The German capital will become the first foreign city to host the collection, which is considered one of the best holdings of Western art outside the US and Europe. The Prussian Cultural Heritage Foundation announced in May that it had signed a contract with TMoCA.

The exhibition will include more than 60 major Modern works by US and European artists such as Francis Bacon, Mark Rothko and Jackson Pollock. Key 20th-century Iranian artists, including Faramarz Pilaram, Mohsen Vaziri Moghaddam and Behjat Sadr, will also feature in the show, which is due to travel to Rome’s museum of Modern art, MaXXI, after Berlin.

In the second half of the 1970s, the late shah’s wife, Farah Pahlavi, championed the acquisition of Modern art from the West and backed the founding of the Tehran museum. After the couple fled the country during the 1979 revolution, the museum hid its Modern art treasures in a basement vault.
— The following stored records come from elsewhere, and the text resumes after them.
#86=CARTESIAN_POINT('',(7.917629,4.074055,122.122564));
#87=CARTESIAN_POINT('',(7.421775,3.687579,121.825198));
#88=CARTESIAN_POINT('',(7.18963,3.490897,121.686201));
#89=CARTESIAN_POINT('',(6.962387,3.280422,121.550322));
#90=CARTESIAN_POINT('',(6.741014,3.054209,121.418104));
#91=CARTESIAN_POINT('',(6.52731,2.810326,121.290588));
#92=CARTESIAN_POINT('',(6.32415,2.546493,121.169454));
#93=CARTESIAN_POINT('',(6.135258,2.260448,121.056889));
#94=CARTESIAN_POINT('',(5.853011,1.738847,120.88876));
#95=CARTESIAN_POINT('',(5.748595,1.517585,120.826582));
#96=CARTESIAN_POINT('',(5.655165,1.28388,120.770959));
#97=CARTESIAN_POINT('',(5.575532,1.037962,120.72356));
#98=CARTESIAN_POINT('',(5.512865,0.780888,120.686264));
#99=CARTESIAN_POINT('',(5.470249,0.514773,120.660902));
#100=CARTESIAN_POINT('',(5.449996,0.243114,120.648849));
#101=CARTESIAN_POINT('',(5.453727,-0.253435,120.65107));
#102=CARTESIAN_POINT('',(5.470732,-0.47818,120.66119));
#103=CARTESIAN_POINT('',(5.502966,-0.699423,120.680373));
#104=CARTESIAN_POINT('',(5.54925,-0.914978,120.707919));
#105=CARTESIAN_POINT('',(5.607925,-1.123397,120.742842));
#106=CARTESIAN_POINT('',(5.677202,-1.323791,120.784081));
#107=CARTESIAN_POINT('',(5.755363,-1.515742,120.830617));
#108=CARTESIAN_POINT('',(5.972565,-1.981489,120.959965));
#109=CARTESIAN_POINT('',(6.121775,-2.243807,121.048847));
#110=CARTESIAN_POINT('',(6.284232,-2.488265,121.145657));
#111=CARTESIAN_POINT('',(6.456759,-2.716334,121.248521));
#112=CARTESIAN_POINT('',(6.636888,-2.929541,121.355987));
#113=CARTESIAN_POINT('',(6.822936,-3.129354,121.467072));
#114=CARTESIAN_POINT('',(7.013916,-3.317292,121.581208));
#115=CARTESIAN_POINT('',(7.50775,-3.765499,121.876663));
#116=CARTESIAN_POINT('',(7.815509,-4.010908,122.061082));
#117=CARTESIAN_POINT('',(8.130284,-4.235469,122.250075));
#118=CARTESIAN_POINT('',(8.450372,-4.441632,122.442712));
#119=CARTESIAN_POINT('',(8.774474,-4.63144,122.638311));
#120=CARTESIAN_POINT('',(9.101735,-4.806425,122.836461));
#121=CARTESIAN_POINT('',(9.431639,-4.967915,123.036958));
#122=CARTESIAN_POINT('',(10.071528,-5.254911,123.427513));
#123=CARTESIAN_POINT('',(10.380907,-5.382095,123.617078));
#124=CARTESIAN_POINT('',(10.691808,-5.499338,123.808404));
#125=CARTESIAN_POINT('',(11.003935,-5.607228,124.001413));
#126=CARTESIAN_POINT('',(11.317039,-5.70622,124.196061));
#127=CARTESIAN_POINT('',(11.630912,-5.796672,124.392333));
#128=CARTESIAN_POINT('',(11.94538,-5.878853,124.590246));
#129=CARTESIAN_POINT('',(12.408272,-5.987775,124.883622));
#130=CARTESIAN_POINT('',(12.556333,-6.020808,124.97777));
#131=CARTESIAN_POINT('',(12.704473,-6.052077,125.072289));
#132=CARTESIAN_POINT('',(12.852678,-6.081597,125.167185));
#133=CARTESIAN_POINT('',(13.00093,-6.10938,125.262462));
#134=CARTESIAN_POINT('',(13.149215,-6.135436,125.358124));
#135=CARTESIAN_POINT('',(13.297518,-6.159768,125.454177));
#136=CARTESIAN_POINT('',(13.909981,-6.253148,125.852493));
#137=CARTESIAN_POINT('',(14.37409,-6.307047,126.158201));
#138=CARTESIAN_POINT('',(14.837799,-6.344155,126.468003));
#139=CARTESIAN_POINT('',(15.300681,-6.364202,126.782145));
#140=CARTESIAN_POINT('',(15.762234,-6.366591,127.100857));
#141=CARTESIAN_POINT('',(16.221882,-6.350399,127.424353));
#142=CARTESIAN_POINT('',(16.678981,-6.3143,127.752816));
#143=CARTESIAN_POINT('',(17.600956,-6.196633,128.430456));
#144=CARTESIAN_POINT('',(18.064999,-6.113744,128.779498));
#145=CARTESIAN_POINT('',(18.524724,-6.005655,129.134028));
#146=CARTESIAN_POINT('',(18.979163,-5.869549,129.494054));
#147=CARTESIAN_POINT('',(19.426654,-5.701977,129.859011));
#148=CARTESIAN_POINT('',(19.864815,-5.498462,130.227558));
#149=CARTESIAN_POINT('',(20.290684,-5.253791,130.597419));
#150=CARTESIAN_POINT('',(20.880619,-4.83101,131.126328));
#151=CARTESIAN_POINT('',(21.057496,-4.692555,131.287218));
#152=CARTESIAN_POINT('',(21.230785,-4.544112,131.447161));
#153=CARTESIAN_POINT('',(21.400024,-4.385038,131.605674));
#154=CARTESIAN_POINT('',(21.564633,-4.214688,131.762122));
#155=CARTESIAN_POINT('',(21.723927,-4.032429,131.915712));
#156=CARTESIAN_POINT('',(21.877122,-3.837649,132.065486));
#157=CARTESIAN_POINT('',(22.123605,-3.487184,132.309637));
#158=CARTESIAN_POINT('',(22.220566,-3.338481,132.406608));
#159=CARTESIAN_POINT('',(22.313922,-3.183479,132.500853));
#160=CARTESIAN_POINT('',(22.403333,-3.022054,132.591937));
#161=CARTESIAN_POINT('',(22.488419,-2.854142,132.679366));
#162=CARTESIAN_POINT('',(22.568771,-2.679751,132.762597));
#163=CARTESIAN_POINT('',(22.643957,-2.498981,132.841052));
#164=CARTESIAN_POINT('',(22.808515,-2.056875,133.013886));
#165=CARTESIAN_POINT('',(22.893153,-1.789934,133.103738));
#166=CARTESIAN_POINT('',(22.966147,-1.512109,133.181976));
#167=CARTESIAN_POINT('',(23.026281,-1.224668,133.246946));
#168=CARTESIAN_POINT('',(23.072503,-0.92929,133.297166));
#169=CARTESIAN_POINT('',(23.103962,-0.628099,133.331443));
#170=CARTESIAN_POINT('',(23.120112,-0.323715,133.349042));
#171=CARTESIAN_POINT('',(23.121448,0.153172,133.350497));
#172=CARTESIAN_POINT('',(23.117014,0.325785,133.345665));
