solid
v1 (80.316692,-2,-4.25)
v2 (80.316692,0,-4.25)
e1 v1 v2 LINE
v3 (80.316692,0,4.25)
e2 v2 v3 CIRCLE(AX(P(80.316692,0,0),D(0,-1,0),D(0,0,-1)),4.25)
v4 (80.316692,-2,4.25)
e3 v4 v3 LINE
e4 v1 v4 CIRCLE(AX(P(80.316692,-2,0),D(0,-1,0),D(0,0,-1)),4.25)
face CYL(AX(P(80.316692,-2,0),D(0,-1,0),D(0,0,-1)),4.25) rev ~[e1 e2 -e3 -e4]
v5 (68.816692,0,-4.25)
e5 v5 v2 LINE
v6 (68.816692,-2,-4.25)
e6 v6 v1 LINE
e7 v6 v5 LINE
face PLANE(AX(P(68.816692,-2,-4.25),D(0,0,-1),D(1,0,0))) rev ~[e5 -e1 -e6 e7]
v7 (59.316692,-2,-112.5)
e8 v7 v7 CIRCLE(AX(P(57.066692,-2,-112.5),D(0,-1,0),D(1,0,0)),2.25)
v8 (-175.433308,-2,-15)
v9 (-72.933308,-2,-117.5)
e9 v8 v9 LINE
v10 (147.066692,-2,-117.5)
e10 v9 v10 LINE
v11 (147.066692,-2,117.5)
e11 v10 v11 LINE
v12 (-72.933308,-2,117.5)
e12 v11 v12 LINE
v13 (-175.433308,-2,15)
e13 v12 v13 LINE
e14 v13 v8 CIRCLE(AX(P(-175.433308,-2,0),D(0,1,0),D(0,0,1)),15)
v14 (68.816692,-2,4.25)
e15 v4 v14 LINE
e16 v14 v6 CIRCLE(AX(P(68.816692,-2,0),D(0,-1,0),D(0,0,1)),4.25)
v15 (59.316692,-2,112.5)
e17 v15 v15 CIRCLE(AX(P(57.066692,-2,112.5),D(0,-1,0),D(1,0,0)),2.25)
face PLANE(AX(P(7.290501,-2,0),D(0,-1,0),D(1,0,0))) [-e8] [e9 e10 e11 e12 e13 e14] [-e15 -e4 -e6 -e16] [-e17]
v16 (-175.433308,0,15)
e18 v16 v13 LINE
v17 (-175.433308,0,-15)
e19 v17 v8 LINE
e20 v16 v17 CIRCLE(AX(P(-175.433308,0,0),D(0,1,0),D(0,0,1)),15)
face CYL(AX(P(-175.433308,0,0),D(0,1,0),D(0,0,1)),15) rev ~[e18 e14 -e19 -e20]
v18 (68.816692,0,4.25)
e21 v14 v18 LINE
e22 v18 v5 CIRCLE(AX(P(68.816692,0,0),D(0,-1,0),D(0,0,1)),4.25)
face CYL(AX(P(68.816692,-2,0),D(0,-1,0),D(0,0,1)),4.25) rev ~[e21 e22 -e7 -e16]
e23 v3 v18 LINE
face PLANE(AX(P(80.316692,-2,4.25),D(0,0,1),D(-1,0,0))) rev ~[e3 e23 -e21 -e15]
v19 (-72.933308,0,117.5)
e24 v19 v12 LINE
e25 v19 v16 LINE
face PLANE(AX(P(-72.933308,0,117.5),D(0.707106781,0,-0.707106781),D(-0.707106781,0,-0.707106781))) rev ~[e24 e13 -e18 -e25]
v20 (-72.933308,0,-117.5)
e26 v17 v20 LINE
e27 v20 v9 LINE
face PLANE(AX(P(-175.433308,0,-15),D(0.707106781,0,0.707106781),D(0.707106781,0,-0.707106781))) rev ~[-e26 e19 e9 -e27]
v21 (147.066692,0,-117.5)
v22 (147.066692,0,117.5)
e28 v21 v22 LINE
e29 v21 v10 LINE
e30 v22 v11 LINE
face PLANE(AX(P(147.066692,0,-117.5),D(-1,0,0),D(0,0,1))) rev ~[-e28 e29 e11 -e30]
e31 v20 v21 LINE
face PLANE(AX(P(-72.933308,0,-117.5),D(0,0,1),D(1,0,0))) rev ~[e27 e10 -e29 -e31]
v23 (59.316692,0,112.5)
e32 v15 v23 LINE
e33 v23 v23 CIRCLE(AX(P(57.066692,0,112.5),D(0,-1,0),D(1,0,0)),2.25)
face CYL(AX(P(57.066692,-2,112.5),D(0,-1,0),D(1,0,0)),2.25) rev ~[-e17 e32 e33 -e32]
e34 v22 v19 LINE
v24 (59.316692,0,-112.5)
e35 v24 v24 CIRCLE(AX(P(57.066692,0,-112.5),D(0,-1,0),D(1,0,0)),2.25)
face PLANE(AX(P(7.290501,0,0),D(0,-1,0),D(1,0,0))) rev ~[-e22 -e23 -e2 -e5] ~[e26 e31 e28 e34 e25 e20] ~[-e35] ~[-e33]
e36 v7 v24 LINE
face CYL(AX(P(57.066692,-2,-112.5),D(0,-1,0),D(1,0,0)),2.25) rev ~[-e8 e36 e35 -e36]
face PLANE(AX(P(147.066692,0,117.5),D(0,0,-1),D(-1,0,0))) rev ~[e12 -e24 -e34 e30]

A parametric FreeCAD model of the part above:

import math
import FreeCAD as App
import Part
import Sketcher
Q = App.Units.Quantity

doc = App.newDocument("Part")
body = doc.addObject("PartDesign::Body", "Body")

# Sketch on XZ plane
sketch1 = body.newObject("Sketcher::SketchObject", "Sketch")
sketch1.AttachmentSupport = (doc.getObject("XZ_Plane"), [""])
sketch1.MapMode = "FlatFace"
sketch1.addGeometry([
    Part.LineSegment(App.Vector(-72.933308, -117.5, 0), App.Vector(147.066692, -117.5, 0)),  # 0
    Part.LineSegment(App.Vector(147.066692, -117.5, 0), App.Vector(147.066692, 117.5, 0)),  # 1
    Part.LineSegment(App.Vector(147.066692, 117.5, 0), App.Vector(-72.933308, 117.5, 0)),  # 2
    Part.LineSegment(App.Vector(-72.933308, 117.5, 0), App.Vector(-175.433308, 15, 0)),  # 3
    Part.ArcOfCircle(Part.Circle(App.Vector(-175.433308, 0, 0), App.Vector(0, 0, 1), 15), math.radians(-90), math.radians(90)),  # 4
    Part.LineSegment(App.Vector(-175.433308, -15, 0), App.Vector(-72.933308, -117.5, 0)),  # 5
], False)
sketch1.addConstraint([
    Sketcher.Constraint("Coincident", 0, 2, 1, 1),
    Sketcher.Constraint("Coincident", 1, 2, 2, 1),
    Sketcher.Constraint("Coincident", 2, 2, 3, 1),
    Sketcher.Constraint("Coincident", 3, 2, 4, 2),
    Sketcher.Constraint("Coincident", 4, 1, 5, 1),
    Sketcher.Constraint("Coincident", 5, 2, 0, 1),
    Sketcher.Constraint("Horizontal", 0),
    Sketcher.Constraint("Vertical", 1),
    Sketcher.Constraint("Horizontal", 2),
    Sketcher.Constraint("Symmetric", 3, 2, 4, 1, -1),
    Sketcher.Constraint("Symmetric", 2, 2, 5, 2, -1),
    Sketcher.Constraint("Perpendicular", 3, 5),
    Sketcher.Constraint("Vertical", 4, 3, 3, 2),
    Sketcher.Constraint("Radius", 4, Q("15 mm")),
    Sketcher.Constraint("DistanceX", 0, 1, 0, 2, Q("220 mm")),
    Sketcher.Constraint("DistanceY", 1, 1, 1, 2, Q("235 mm")),
    Sketcher.Constraint("DistanceX", 4, 3, -1, 1, Q("175.433308 mm")),
])
pad1 = body.newObject("PartDesign::Pad", "Pad")
pad1.Profile = sketch1
pad1.Length = 2

# Sketch on XZ plane
sketch2 = body.newObject("Sketcher::SketchObject", "Sketch001")
sketch2.AttachmentSupport = (doc.getObject("XZ_Plane"), [""])
sketch2.MapMode = "FlatFace"
sketch2.AttachmentOffset = App.Placement(App.Vector(0, 0, 2), App.Rotation())
sketch2.addGeometry([
    Part.LineSegment(App.Vector(68.816692, -4.25, 0), App.Vector(80.316692, -4.25, 0)),  # 0
    Part.ArcOfCircle(Part.Circle(App.Vector(80.316692, 0, 0), App.Vector(0, 0, 1), 4.25), math.radians(-90), math.radians(90)),  # 1
    Part.LineSegment(App.Vector(80.316692, 4.25, 0), App.Vector(68.816692, 4.25, 0)),  # 2
    Part.ArcOfCircle(Part.Circle(App.Vector(68.816692, 0, 0), App.Vector(0, 0, 1), 4.25), math.radians(90), math.radians(270)),  # 3
    Part.Circle(App.Vector(57.066692, -112.5, 0), App.Vector(0, 0, 1), 2.25),  # 4
    Part.Circle(App.Vector(57.066692, 112.5, 0), App.Vector(0, 0, 1), 2.25),  # 5
], False)
sketch2.addConstraint([
    Sketcher.Constraint("Tangent", 0, 2, 1, 1),
    Sketcher.Constraint("Tangent", 1, 2, 2, 1),
    Sketcher.Constraint("Tangent", 2, 2, 3, 1),
    Sketcher.Constraint("Tangent", 3, 2, 0, 1),
    Sketcher.Constraint("Horizontal", 0),
    Sketcher.Constraint("Horizontal", 2),
    Sketcher.Constraint("Equal", 4, 5),
    Sketcher.Constraint("Symmetric", 4, 3, 5, 3, -1),
    Sketcher.Constraint("PointOnObject", 1, 3, -1),
    Sketcher.Constraint("Diameter", 4, Q("4.5 mm")),
    Sketcher.Constraint("Radius", 1, Q("4.25 mm")),
    Sketcher.Constraint("DistanceX", 0, 1, 0, 2, Q("11.5 mm")),
    Sketcher.Constraint("DistanceY", 4, 3, 5, 3, Q("225 mm")),
    Sketcher.Constraint("DistanceX", 4, 3, 3, 3, Q("11.75 mm")),
    Sketcher.Constraint("DistanceX", -1, 1, 1, 3, Q("80.316692 mm")),
])
pocket1 = body.newObject("PartDesign::Pocket", "Pocket")
pocket1.Profile = sketch2
pocket1.Type = "ThroughAll"

doc.recompute()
They were returned to public view 20 years later in 1999, but most of the works have not travelled outside the country.

The Art Newspaper has previously reported that Germany was negotiating a loan fee of as much as $3m to display the collection. The Schirn Kunsthalle Frankfurt, which was among the first to start talks with Tehran, ended negotiations to borrow the entire Farah Pahlavi collection when the potential loan fee reached $1m.